◆ THE PROBLEM:
When the line with "#117=AXIS2_PLACEMENT_3D('',#116,#16,#17);" appears below, start repeating lines exactly, and keep going through the line with "#130=CIRCLE('',#129,15.238095);"; add nothing outside that span.

◆ DATA SHOWN:
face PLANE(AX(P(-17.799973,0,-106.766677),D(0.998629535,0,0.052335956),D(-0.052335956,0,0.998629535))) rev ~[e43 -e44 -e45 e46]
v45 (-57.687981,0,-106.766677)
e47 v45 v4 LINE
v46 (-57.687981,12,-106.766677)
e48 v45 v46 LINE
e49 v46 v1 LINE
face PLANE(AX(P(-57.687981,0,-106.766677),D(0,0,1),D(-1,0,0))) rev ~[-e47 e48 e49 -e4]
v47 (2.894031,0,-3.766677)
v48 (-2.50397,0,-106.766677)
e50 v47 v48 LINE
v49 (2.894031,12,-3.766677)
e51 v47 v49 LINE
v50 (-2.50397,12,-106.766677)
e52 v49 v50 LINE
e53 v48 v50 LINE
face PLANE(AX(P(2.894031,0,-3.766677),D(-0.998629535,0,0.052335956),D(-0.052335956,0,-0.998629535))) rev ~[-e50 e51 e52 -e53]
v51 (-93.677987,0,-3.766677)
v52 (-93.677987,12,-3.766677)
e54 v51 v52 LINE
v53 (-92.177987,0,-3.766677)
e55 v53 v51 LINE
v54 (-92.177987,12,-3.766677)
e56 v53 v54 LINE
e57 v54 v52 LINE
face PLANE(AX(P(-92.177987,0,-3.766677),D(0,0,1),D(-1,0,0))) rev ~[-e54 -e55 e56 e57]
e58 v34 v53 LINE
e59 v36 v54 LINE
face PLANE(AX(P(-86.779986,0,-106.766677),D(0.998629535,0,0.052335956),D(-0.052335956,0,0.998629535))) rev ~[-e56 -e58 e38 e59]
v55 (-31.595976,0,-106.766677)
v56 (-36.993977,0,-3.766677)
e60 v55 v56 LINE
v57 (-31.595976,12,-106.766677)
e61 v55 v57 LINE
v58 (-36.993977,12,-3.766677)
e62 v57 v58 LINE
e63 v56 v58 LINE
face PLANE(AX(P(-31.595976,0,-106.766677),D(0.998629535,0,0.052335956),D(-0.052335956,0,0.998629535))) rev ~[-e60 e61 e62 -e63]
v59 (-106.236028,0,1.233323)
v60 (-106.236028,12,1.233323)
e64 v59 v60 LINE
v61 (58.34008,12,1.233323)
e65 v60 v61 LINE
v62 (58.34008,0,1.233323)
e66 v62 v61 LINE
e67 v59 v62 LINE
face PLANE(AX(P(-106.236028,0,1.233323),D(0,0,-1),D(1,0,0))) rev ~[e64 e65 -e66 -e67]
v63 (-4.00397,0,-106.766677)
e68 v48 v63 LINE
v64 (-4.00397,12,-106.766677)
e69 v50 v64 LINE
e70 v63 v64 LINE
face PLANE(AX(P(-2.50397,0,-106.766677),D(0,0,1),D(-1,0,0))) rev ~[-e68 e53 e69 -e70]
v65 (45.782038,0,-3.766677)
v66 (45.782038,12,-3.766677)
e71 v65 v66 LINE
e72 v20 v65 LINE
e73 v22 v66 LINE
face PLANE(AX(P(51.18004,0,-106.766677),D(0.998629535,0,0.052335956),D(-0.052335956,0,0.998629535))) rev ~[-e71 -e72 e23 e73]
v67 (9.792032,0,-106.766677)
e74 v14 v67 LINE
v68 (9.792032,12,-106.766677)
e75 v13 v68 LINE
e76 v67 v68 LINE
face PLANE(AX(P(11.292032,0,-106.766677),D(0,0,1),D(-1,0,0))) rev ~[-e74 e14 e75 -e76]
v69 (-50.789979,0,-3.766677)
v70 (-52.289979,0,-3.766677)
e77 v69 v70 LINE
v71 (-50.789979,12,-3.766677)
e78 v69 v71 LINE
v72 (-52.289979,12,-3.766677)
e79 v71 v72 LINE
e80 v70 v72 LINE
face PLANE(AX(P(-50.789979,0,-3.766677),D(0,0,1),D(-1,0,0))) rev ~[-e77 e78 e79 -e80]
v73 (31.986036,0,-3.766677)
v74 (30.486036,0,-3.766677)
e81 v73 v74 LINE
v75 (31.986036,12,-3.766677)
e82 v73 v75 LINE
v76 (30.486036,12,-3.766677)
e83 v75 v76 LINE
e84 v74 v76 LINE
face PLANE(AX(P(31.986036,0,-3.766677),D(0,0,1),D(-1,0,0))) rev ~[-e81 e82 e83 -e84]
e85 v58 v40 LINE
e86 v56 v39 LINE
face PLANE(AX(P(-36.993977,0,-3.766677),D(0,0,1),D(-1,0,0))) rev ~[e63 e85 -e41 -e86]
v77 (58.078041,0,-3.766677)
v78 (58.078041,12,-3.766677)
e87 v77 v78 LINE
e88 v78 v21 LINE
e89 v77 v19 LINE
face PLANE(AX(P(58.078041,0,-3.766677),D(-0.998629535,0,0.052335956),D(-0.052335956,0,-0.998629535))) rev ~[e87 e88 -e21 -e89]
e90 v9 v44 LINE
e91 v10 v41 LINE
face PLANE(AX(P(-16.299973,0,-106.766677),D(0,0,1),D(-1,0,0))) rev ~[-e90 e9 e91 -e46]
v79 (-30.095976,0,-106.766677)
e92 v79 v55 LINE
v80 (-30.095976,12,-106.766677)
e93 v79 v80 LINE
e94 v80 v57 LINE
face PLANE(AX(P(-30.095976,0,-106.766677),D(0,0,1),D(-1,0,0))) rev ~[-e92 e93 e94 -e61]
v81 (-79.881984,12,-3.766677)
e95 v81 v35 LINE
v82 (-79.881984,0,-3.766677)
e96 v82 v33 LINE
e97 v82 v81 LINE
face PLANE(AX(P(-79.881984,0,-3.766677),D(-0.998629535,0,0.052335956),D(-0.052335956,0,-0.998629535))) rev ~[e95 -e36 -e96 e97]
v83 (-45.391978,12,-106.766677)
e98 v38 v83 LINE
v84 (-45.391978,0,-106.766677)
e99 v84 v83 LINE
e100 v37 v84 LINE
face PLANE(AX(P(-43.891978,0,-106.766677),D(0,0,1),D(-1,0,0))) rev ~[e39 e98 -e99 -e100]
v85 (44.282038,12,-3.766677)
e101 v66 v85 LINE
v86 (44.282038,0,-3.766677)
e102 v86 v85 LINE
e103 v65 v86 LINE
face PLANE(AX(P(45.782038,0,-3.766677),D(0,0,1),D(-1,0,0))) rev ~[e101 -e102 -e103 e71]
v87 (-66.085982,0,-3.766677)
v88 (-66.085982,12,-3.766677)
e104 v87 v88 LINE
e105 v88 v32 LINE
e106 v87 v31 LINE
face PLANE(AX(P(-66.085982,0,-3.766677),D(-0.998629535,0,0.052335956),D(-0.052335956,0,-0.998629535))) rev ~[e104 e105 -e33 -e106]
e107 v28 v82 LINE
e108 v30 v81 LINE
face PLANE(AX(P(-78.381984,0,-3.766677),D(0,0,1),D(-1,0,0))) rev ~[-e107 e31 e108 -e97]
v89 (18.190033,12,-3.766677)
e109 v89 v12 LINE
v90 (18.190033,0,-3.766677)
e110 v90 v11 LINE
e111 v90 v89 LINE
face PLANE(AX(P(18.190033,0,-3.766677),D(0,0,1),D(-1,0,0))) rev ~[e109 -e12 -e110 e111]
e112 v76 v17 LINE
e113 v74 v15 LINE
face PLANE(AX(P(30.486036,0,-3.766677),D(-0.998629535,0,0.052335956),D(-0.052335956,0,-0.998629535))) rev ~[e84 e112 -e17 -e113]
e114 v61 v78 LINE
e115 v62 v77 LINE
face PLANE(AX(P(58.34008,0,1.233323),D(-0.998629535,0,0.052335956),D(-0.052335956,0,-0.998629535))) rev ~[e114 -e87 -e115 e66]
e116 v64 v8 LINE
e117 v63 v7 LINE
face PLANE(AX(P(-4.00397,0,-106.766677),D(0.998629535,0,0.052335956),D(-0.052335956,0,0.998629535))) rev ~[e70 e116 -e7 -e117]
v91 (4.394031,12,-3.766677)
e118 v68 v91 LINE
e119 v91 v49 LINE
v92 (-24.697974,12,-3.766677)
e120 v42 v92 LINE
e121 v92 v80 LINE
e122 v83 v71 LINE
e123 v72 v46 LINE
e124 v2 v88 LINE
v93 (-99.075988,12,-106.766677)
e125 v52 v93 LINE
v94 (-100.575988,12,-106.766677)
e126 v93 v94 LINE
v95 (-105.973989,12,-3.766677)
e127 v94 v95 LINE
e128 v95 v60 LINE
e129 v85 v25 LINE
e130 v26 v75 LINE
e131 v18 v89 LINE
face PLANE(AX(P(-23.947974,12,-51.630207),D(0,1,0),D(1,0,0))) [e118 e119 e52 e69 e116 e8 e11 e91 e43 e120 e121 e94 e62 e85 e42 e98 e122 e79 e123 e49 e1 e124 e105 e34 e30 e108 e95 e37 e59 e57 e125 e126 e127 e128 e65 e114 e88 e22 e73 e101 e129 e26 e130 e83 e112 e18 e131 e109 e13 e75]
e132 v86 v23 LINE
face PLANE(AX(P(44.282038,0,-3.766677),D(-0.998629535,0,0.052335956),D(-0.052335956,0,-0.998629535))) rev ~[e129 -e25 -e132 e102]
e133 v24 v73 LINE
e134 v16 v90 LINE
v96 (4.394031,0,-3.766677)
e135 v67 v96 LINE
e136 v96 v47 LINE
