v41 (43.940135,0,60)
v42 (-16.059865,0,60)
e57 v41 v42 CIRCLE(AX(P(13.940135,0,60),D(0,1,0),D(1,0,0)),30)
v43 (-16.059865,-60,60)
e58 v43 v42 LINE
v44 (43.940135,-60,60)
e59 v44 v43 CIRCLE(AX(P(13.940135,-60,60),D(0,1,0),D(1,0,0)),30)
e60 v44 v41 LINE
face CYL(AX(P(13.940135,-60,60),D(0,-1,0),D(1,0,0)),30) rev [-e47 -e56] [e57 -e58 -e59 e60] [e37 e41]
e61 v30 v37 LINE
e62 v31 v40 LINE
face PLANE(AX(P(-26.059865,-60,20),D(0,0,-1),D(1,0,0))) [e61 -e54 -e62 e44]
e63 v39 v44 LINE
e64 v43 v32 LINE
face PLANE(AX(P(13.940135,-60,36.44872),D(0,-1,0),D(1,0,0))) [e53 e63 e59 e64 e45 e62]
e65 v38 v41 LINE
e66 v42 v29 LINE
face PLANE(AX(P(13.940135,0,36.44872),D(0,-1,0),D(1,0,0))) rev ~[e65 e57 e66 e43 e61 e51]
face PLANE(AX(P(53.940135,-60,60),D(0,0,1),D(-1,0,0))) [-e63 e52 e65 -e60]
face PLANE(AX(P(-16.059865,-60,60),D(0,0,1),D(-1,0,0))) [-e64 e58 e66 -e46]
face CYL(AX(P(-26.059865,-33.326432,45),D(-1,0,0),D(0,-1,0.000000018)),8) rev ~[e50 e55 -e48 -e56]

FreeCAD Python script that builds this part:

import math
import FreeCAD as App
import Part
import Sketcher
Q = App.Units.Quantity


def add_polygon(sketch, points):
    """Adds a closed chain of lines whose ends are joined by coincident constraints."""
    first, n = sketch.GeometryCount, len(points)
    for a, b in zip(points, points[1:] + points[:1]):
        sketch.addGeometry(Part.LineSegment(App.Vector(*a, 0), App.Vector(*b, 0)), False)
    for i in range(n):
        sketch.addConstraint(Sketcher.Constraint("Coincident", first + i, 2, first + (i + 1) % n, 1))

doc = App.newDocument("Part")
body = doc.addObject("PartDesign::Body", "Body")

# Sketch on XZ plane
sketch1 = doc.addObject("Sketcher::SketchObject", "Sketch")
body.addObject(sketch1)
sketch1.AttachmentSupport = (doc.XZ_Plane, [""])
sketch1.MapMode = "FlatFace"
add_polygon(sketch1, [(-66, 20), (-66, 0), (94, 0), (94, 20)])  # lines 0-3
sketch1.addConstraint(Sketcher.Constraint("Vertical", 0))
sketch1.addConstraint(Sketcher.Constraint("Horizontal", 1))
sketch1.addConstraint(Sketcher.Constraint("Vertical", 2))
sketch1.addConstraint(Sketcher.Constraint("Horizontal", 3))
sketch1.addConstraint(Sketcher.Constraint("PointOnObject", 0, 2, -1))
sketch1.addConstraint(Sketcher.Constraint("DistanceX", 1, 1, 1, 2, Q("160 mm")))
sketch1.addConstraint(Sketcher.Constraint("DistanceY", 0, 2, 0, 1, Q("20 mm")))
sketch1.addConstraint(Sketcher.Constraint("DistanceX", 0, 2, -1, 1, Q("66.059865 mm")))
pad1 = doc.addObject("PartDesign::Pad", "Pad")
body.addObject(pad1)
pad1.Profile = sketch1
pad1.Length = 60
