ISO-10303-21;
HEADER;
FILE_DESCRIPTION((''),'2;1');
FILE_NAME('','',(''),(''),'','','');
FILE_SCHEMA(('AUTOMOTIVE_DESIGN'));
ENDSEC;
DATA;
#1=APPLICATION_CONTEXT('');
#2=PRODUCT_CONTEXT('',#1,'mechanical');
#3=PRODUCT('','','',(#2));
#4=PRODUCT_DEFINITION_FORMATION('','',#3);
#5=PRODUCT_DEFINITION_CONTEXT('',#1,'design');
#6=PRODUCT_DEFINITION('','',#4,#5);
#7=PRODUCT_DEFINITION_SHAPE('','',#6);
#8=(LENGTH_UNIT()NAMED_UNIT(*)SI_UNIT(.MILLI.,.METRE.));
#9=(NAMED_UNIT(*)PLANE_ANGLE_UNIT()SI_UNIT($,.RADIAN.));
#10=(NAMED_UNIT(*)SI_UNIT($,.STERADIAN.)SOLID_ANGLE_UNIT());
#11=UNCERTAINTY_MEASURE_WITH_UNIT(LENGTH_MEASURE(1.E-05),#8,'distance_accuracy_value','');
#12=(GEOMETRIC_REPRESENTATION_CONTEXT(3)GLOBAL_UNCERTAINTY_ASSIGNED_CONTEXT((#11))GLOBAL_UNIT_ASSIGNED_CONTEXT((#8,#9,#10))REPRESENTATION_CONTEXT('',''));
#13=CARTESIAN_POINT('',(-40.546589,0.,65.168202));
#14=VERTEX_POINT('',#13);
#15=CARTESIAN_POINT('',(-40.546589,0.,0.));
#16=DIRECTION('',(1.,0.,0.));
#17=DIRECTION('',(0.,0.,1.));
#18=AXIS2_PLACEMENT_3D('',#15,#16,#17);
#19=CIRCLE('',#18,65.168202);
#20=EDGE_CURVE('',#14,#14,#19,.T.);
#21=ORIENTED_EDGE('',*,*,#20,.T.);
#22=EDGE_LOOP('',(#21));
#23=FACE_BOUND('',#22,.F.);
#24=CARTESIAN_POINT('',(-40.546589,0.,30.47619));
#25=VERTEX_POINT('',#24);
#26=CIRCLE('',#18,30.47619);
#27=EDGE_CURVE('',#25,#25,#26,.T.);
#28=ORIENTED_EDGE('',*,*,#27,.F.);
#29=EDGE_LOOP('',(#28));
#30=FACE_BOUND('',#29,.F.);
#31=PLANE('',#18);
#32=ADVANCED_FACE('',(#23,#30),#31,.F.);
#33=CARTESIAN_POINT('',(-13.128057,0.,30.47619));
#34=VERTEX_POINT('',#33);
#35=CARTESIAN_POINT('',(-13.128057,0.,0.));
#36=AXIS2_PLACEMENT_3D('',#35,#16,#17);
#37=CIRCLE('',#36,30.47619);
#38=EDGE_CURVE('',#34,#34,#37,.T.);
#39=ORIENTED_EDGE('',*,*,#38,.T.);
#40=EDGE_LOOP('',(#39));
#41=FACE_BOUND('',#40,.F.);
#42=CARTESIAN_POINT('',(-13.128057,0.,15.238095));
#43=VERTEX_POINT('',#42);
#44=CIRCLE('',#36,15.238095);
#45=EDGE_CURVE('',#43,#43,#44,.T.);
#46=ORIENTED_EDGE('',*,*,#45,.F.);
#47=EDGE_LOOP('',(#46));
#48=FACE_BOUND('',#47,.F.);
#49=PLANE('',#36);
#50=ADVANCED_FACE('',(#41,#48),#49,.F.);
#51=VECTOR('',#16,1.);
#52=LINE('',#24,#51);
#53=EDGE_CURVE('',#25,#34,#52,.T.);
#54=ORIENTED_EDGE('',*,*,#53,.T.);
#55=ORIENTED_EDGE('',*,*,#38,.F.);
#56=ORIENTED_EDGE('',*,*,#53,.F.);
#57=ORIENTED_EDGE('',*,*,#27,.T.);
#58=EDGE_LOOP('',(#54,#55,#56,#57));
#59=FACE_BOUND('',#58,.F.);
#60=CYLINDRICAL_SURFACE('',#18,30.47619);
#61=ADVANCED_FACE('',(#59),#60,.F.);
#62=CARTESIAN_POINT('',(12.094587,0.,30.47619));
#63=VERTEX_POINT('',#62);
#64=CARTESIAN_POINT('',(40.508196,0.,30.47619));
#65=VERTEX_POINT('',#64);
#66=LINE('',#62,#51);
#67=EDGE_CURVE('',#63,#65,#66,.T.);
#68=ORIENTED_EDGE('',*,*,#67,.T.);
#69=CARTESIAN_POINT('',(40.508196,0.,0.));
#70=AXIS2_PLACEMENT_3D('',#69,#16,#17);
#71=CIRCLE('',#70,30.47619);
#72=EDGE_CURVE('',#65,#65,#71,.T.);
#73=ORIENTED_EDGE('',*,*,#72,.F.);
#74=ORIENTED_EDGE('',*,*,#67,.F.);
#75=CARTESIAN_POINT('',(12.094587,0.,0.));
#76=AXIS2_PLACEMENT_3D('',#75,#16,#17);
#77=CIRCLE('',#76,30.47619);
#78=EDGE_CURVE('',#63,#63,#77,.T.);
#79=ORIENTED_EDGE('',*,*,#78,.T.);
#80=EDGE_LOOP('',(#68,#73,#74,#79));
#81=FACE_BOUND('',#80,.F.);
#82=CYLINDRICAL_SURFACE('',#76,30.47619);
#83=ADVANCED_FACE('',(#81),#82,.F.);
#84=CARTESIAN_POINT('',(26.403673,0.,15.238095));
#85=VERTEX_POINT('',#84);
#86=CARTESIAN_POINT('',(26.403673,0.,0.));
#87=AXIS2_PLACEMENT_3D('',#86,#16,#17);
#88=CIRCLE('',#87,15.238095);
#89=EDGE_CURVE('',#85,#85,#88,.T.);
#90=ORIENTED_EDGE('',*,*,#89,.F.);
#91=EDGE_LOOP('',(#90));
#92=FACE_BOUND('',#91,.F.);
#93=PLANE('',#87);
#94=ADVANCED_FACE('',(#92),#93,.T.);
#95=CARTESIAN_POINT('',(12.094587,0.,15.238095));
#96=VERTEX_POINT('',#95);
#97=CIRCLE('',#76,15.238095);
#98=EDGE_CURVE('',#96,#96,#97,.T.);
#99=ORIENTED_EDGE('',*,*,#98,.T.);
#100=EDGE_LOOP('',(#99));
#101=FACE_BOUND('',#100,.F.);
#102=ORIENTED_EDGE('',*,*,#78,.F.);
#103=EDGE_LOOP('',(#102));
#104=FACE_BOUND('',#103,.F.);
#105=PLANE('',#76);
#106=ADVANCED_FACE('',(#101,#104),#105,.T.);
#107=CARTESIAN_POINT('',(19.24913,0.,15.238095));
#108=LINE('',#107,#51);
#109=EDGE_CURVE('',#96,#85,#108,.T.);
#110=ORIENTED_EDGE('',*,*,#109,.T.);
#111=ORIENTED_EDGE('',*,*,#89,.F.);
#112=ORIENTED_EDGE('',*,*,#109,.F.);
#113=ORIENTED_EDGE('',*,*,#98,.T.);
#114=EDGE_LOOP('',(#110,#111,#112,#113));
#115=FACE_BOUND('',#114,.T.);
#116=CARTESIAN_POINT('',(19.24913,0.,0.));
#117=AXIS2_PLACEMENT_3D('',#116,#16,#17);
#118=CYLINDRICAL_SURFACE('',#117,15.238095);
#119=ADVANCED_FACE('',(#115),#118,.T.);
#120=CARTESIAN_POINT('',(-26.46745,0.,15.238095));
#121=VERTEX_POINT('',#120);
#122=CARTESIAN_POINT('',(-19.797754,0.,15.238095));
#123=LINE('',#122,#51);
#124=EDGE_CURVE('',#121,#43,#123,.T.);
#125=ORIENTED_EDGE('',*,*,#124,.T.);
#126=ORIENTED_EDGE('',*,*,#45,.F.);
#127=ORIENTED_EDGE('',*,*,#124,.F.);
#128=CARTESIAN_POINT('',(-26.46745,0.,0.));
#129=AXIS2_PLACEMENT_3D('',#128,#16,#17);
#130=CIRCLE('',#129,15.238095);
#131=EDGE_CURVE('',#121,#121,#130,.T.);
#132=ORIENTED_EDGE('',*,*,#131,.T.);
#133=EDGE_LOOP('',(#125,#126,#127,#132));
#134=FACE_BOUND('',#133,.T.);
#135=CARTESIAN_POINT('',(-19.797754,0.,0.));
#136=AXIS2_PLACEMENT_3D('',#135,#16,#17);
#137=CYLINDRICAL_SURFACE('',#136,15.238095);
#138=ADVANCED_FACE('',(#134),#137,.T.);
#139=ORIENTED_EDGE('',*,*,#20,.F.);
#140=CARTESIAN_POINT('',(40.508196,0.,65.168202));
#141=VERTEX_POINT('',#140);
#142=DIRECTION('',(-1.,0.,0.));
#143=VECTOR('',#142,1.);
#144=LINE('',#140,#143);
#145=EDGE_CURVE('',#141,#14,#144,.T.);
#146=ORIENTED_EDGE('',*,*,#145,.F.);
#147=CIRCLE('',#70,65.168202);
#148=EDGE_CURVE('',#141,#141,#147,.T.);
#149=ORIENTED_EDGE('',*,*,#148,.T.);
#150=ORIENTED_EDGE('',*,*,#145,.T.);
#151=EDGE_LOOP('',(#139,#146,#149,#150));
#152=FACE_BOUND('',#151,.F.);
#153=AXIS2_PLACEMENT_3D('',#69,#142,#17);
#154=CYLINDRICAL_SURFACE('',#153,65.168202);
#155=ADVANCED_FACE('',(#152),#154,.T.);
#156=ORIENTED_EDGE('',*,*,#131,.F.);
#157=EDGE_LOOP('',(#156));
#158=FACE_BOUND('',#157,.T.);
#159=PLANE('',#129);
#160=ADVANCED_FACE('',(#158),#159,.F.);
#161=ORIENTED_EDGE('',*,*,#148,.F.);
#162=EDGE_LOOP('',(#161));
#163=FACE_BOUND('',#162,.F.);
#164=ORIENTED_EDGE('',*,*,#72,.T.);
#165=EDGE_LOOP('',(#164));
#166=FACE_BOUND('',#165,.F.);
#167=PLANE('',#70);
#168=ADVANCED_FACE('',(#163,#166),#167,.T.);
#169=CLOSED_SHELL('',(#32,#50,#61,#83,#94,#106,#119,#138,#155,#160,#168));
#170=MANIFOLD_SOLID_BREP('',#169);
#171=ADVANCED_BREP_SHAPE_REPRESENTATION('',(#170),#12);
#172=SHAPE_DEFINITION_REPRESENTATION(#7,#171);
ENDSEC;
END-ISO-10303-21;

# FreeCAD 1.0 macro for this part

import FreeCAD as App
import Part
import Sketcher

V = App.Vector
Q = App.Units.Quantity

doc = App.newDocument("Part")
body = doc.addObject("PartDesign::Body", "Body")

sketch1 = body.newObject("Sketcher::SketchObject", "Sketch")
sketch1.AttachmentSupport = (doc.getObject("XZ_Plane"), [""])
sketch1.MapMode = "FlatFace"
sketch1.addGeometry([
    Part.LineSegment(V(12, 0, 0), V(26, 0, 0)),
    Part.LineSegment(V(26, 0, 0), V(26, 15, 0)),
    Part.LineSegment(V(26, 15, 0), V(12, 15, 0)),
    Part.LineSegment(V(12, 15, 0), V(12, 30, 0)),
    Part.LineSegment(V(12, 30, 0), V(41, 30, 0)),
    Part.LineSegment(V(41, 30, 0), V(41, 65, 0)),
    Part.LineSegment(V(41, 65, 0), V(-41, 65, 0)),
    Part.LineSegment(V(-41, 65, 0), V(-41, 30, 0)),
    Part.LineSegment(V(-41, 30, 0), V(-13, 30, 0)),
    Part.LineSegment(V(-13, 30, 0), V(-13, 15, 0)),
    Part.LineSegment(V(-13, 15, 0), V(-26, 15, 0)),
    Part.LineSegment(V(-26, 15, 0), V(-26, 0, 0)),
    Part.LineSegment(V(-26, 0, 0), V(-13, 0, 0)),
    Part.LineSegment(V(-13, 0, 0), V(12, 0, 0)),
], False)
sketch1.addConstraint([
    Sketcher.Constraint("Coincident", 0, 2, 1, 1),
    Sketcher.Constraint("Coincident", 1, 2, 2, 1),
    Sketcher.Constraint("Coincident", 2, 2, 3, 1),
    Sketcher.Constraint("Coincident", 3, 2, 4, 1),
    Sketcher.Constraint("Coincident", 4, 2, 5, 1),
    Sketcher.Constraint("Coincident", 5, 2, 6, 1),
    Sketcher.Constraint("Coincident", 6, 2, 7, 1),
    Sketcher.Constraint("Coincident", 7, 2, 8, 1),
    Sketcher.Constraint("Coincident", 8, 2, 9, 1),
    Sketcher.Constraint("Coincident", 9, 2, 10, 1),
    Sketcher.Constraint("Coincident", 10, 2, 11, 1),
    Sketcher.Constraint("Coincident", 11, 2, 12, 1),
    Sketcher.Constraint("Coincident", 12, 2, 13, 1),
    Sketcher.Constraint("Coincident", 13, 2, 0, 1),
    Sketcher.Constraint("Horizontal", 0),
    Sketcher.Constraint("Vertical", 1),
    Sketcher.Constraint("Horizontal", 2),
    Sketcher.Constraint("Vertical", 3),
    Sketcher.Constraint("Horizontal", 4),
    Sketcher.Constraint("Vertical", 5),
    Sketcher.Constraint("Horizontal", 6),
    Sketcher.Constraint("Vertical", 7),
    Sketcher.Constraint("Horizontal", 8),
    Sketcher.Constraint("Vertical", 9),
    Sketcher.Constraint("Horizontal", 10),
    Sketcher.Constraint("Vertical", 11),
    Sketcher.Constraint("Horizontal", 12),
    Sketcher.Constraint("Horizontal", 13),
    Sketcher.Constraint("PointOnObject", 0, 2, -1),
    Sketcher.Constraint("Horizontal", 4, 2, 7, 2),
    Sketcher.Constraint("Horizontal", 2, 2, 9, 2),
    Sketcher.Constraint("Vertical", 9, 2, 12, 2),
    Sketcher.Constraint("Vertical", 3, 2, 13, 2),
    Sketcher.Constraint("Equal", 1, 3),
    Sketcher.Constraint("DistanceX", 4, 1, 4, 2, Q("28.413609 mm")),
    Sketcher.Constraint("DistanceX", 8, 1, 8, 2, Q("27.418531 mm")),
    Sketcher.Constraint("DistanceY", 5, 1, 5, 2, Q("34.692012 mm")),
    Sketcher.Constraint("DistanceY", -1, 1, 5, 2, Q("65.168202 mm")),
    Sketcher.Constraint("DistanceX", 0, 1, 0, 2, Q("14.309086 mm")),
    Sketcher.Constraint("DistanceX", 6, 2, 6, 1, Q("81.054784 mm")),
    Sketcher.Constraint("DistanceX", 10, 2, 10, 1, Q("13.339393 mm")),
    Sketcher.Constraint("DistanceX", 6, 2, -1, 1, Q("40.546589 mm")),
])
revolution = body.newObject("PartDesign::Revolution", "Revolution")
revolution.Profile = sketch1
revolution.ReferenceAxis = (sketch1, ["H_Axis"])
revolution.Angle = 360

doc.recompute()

◆ RESULT FOR THIS EXERCISE:
#117=AXIS2_PLACEMENT_3D('',#116,#16,#17);
#118=CYLINDRICAL_SURFACE('',#117,15.238095);
#119=ADVANCED_FACE('',(#115),#118,.T.);
#120=CARTESIAN_POINT('',(-26.46745,0.,15.238095));
#121=VERTEX_POINT('',#120);
#122=CARTESIAN_POINT('',(-19.797754,0.,15.238095));
#123=LINE('',#122,#51);
#124=EDGE_CURVE('',#121,#43,#123,.T.);
#125=ORIENTED_EDGE('',*,*,#124,.T.);
#126=ORIENTED_EDGE('',*,*,#45,.F.);
#127=ORIENTED_EDGE('',*,*,#124,.F.);
#128=CARTESIAN_POINT('',(-26.46745,0.,0.));
#129=AXIS2_PLACEMENT_3D('',#128,#16,#17);
#130=CIRCLE('',#129,15.238095);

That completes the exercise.